红军长征的传奇经历,也吸引了后来的年轻作家,王愿坚就是在采访老红军的故事中获得灵感,写出一批描写红军长征的短篇小说,《七根火柴》《三人行》《路标》等。这些短而精的作品,高度凝练化,人物情感、故事焦点、生活画面以及作品特有的抒情色彩,都通过若干精心选择的画面而凝聚在一起,如王愿坚所言,他是从悲壮历史中提炼出闪耀的诗情,因此,王愿坚的作品篇幅简短,却产生强大的艺术张力,为其赢得了巨大的声誉,堪称五六十年代短篇小说的名家,红军长征故事写作第一人。
新时期以来转向凝重与沉思
新中国成立初期的长征小说,充满了亲身经历者的胜利激情和后来者的崇敬赞美,新时期以来的同类题材,就开始转向凝重与沉思,染上了这一时段文学中特有的历史反思的浓郁色彩,在人物形象设置、主题思想开掘上,都有了新的拓展。乔良的《灵旗》、黎汝清的《湘江之战》两部作品,都是以中央红军长征伊始的血战湘江、损失过半的大挫败作为着眼点的,但是,两位作家不同的创作个性,又将两部作品引向了不同的方向。《灵旗》写的是一位脱离了红军部队的逃兵青果老爹,对残酷的湘江之战的亲身经历和他流落乡间之后几十年的沧桑变化。敌对的两大政治军事势力的殊死搏杀,和革命阵营内部严酷的自我清洗,以及在历史的狂暴潮流中不由自主地浮沉的人们的命运,这样的思考,跃上了新的高度。故事情节跳跃回环,大开大合,灵光闪现,摇曳多姿。黎汝清的《湘江之战》则是从全景式的场景展开,对红军兵败湘江的前因后果予以冷峻的追索,于是,从中央红军的最高指挥员,到在第一线浴血苦战的普通战士,从中央苏区时期中共党内的路线斗争,到大战在即作战计划的制定和执行,都给予了精心的刻画和描写。这两部作品,都是从红军长征中悲剧的一幕写起,写失败,写逃亡,写历史教训写沉痛回首,这又和刚刚走出10年“文革”的梦魇之际,人们拷问历史、拷问灵魂的迫切心态,相互呼应。
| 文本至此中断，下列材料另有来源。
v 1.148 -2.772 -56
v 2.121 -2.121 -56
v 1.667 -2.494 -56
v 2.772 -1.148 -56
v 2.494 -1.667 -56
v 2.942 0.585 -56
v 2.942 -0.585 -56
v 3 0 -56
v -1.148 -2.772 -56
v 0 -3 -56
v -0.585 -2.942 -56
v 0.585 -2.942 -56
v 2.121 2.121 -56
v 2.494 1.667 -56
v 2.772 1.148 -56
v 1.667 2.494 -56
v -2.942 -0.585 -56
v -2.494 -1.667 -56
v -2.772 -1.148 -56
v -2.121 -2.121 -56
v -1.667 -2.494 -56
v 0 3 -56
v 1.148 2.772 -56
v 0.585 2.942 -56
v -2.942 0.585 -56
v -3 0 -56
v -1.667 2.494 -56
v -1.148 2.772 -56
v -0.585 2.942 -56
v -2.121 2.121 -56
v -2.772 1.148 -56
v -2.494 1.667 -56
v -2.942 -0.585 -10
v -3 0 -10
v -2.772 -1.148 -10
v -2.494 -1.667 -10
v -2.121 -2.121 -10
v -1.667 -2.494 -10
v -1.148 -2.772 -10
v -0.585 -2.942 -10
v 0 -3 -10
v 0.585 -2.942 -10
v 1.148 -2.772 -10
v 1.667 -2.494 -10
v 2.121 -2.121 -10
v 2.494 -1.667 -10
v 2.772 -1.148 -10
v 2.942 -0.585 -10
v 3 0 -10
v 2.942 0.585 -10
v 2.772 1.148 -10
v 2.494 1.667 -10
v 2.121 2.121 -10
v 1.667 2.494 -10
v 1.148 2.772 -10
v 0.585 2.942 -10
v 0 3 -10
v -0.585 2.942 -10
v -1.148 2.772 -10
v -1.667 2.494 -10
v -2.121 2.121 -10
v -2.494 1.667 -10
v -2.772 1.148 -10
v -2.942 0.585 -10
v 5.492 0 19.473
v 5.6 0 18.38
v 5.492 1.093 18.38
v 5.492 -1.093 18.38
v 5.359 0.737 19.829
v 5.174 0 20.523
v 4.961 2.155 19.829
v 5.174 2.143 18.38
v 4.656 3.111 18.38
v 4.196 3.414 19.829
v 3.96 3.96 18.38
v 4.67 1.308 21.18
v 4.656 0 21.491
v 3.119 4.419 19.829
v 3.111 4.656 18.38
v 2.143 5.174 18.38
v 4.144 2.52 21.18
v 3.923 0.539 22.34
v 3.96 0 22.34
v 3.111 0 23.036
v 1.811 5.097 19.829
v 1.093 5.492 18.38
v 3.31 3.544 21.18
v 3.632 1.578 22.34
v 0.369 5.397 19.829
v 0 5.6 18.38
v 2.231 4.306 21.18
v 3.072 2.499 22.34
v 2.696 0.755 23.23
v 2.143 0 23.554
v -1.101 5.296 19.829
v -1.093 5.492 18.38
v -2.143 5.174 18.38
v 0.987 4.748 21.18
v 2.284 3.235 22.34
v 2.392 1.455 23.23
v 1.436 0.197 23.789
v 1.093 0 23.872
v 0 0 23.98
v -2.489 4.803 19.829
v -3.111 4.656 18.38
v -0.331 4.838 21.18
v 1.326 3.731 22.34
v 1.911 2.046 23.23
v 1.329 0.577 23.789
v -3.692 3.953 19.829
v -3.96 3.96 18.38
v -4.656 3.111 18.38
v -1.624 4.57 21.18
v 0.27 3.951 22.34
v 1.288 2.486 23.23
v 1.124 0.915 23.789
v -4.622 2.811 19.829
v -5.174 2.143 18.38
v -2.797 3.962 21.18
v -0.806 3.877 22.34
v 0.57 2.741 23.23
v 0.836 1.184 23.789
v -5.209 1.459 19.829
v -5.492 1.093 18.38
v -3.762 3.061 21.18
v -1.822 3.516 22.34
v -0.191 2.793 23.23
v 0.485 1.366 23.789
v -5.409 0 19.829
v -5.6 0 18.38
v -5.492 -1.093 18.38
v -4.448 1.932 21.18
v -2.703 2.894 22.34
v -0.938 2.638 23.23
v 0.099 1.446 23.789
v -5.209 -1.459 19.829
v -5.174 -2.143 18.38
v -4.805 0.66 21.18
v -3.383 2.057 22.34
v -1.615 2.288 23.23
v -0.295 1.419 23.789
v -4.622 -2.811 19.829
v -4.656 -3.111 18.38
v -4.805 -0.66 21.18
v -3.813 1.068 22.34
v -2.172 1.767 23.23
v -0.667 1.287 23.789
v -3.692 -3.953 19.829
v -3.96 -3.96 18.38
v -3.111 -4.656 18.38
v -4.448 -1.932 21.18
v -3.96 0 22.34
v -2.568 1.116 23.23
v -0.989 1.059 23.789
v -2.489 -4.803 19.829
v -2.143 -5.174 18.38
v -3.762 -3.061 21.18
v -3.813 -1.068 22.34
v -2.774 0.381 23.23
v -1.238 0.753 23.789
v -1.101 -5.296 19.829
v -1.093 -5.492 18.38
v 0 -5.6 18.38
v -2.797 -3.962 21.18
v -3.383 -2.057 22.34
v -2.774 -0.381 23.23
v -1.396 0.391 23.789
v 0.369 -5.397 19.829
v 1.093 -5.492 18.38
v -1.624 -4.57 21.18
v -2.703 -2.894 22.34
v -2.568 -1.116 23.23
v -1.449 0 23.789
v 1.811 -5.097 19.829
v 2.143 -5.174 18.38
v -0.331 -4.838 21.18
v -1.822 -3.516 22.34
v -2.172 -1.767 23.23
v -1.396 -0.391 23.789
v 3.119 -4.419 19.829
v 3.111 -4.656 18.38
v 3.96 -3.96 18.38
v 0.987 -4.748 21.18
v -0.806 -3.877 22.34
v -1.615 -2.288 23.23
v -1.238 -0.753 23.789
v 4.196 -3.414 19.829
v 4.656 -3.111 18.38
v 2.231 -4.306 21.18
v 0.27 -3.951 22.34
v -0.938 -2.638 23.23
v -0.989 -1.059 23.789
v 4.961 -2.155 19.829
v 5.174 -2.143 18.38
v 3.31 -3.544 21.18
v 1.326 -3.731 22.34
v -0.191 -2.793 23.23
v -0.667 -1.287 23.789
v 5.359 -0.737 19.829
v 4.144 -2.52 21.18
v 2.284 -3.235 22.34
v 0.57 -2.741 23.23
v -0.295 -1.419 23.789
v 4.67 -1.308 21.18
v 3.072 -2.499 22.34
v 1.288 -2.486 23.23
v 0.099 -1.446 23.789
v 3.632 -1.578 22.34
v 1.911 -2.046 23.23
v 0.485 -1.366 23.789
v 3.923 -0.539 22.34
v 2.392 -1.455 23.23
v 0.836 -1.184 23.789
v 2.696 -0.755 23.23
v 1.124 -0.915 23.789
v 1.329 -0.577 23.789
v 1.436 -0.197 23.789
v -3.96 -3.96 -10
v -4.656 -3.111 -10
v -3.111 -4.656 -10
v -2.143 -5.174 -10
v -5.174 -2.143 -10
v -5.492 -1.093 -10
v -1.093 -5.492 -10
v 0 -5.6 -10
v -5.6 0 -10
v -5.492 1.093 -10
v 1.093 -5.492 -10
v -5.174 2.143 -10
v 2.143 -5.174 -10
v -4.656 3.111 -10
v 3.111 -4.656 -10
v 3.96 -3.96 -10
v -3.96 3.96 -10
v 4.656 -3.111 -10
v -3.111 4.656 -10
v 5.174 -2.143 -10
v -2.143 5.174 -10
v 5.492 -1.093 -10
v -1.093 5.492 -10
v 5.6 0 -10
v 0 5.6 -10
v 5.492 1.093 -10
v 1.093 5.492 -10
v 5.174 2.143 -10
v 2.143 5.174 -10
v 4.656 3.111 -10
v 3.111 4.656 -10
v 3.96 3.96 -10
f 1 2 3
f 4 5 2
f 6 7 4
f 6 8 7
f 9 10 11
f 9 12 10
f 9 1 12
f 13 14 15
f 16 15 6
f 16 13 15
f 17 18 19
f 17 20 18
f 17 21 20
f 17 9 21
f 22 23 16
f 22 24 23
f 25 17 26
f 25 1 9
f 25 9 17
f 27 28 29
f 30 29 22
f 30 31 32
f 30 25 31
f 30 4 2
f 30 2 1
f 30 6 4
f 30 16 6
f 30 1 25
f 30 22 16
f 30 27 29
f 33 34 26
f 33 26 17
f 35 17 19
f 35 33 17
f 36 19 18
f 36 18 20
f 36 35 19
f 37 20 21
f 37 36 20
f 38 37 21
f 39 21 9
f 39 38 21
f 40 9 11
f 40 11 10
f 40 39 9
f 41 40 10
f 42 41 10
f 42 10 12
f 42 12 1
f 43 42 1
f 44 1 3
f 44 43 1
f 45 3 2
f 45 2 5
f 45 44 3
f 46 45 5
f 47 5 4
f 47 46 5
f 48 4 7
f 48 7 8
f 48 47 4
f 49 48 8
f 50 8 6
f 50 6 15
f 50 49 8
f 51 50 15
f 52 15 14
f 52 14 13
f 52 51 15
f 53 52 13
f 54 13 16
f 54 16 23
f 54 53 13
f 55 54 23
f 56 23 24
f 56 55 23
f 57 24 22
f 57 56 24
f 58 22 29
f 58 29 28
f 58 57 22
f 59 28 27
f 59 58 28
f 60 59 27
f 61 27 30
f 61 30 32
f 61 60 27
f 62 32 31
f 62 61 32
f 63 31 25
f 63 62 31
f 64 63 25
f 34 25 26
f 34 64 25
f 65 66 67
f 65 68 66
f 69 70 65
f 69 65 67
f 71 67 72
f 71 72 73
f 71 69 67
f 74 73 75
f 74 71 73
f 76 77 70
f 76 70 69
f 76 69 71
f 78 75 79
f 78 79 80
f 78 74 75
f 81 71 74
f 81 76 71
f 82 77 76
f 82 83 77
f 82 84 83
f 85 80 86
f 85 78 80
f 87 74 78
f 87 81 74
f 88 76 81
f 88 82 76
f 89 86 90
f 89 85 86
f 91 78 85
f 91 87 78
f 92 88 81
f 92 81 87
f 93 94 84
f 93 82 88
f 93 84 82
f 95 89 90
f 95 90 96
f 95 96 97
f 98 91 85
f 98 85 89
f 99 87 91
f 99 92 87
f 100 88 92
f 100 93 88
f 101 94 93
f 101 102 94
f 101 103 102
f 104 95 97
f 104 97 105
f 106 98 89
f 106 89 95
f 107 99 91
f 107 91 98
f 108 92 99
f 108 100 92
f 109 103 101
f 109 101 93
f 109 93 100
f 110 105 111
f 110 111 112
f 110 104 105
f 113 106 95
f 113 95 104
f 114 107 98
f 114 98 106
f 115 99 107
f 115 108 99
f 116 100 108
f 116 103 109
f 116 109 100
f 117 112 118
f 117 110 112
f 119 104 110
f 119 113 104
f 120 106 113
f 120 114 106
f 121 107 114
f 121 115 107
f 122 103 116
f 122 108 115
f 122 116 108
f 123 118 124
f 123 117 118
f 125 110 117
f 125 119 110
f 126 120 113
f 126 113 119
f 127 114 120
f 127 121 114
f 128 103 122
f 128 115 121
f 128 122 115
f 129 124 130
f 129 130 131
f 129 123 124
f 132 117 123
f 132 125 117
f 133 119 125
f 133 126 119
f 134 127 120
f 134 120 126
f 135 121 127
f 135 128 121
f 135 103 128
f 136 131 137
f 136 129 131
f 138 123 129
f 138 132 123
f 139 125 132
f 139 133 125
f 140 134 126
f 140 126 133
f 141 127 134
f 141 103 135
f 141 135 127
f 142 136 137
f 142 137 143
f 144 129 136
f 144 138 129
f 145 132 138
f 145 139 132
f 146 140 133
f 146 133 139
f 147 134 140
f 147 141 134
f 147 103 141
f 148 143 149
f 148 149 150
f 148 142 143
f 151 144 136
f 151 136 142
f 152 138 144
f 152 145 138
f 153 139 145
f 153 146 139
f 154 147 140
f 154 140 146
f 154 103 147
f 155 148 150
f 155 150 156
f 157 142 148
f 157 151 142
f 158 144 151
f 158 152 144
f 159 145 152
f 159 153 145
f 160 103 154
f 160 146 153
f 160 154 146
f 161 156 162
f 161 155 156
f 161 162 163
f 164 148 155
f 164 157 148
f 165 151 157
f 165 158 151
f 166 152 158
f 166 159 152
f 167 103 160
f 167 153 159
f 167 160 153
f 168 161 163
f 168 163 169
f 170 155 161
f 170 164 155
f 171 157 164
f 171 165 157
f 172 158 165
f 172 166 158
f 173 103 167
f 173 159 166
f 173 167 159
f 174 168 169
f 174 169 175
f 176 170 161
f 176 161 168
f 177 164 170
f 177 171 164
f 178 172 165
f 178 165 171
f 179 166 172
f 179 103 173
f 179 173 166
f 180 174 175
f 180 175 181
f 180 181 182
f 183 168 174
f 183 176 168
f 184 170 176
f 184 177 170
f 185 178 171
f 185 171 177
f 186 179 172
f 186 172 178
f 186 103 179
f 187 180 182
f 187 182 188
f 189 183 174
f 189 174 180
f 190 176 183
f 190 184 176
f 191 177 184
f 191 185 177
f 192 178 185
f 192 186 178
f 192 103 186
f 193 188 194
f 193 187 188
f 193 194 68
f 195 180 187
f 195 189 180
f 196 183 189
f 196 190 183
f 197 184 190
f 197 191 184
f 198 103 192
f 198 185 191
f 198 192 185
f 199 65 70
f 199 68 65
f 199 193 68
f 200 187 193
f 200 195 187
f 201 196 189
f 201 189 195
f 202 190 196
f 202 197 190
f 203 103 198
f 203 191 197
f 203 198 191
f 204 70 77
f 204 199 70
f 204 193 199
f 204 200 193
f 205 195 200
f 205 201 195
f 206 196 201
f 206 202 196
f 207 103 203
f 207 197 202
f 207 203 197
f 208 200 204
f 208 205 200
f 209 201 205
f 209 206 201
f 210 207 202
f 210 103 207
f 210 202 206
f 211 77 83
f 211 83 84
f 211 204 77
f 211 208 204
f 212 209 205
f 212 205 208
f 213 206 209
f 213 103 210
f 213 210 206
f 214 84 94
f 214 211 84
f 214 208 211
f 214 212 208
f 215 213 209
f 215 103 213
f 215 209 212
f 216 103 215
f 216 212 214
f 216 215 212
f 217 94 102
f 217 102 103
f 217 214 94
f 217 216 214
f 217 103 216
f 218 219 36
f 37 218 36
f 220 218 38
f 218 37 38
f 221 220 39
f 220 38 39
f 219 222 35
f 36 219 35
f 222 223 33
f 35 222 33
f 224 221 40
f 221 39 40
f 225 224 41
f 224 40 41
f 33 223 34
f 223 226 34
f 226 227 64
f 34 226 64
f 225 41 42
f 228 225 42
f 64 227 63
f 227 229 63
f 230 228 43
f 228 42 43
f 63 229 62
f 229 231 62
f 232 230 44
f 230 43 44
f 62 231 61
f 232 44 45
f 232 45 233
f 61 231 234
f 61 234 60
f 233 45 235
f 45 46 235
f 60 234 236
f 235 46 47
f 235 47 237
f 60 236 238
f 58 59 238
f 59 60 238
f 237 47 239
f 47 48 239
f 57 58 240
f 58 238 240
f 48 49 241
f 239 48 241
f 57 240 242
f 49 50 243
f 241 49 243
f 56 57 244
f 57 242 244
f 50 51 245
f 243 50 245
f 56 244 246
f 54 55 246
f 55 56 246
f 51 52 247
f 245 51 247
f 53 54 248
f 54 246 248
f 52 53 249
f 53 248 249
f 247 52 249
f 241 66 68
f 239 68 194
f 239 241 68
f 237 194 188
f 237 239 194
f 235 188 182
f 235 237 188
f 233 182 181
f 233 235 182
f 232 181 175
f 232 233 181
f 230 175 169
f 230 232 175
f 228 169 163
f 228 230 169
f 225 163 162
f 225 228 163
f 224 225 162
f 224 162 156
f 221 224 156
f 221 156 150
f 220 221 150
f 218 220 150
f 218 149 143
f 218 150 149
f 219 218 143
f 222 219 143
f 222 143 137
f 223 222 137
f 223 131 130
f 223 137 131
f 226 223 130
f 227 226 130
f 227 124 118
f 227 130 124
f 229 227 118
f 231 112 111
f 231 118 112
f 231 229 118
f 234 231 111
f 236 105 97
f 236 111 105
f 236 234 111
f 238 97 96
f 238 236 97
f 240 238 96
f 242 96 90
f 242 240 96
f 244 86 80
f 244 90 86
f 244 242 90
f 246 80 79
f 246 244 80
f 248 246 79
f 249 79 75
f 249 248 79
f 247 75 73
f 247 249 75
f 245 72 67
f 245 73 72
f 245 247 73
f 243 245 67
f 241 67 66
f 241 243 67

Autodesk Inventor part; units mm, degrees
ref_plane "YZ Plane" through (0, 0, 0) normal (1, 0, 0) x (0, 1, 0)
ref_plane "XZ Plane" through (0, 0, 0) normal (0, 1, 0) x (-1, 0, 0)
ref_plane "XY Plane" through (0, 0, 0) normal (0, 0, 1) x (1, 0, 0)
sketch "Sketch1" plane through (0, 0, 0) normal (0, 0, 1) x (1, 0, 0)
  circle A0 centre (0, 0) radius 6
  dimension "d0" = 12
extrude "Extrusion1" add sketch "Sketch1" along normal blind 24.38 and the other way blind 10
fillet "Fillet1" radius 6 1 edges at (-6, 0, 24.38)
sketch "Sketch2" plane through (0, 0, -10) normal (0, 0, -1) x (-1, 0, 0)
  circle A0 centre (0, 0) radius 3.4
  dimension "d6" = 6.8
extrude "Extrusion2" add sketch "Sketch2" along normal blind 46
thicken "Thicken1" operation add thickness 0.4 both sides no extend neighbours yes toward (-0.9870503, 0.1604113, 0) faces at (5.9223, -0.9625, 12.2533) (5.9223, -0.9625, -6.6667) (-5.8689, 0, 19.6275)
thicken "Thicken2" operation add thickness 0.4 both sides no extend neighbours yes toward (0.9967573, -0.0804666, 0) faces at (-3.389, 0.2736, -25.3333)
properties part number "SpringRod"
同一时期还出现了全景式表现红军长征的长篇小说,老作家魏巍的《地球上的红飘带》。魏巍高屋建瓴地站在鸟瞰革命运动史的角度,重新审视这场半个世纪前的战略转移。除了红军基层指战员形象的塑造,小说对毛泽东、周恩来、朱德、张闻天、王稼祥、彭德怀、刘伯承、聂荣臻等中共中央和红军的高层领导人,不仅写出了他们高明的战略眼光和杰出的政治抱负,也透过艰苦的战争岁月写出了他们鲜明的人物个性和对中国革命的坚定信心。对蒋介石、王家烈、张国焘等人,也没有将他们简单地脸谱化,而是在特定历史背景下深入剖析人物之间的联系,写出军阀之间的勾心斗角、争权夺势,虽然面目可憎,但同样栩栩如生。全书紧张舒缓结合,既有对艰难环境的沉重记录,也不乏诗化语言对征途上美丽风景的描绘,多处可见革命浪漫主义色彩。
与这种沉重的历史反思和鲜明的革命浪漫主义写作形成对照的,是从上世纪80年代后期开始的“个人化写作”,作品的主人公,在不失其阶级性和斗争性的前提下,个体的经验和情感,占据了作品的表现中心。莫言的《革命浪漫主义》,表现一个参加中越边境作战负伤的小战士,与一位走过雪山草地的老红军的有趣对话,老红军讲述的故事,粉碎了小战士从电影中得来的红军长征之高亢激昂高大巍然的情调:饥饿状态中红军官兵的焦虑不安、各显神通、千方百计搞粮食的故事,以及为了破除红军杀人放火的谣言,挥泪斩马谡,将一时疏忽烧了一间老乡的草棚的红军班长就地正法。莫言在小说中写道,真正的革命浪漫主义与虚假革命浪漫主义的根本区别在于,前者把人当人看,后者把人当神看。叶楠的《红军轶事》,也写了红军长征中的饥饿断粮,师长指派一个班长去找粮食,并且下了死命令,班长在大巴山里徒劳甚久,好不容易碰到几个当地的农民,但这些农民,不可能向红军班长提供他们自己的救命粮,班长完不成任务、无奈绝望之下,开枪自杀,像莫言笔下的那位被处死的班长一样,显示出军纪与人性的悖论,显示出历史的严酷。傅建文的长篇小说《长征谣》,着眼于个人命运和选择,宏大的长征历史,似乎成了作品中的淡淡背景。身负重伤的红军警卫连长秋水,被迫离开部队,在毛尔盖地区养伤,在追赶大部队无望的情境下,一心要回到家乡去,与自己的妻子团聚,他的妻子却在一心要寻找丈夫的意念下,踏上了尾随红军长征之旅。夫妻两个人逆向而行,各自重新走过红军长征的路途,拓展出有意味的叙事空间,为如何以个人的心灵激活既往的历史,提供了新的文学经验。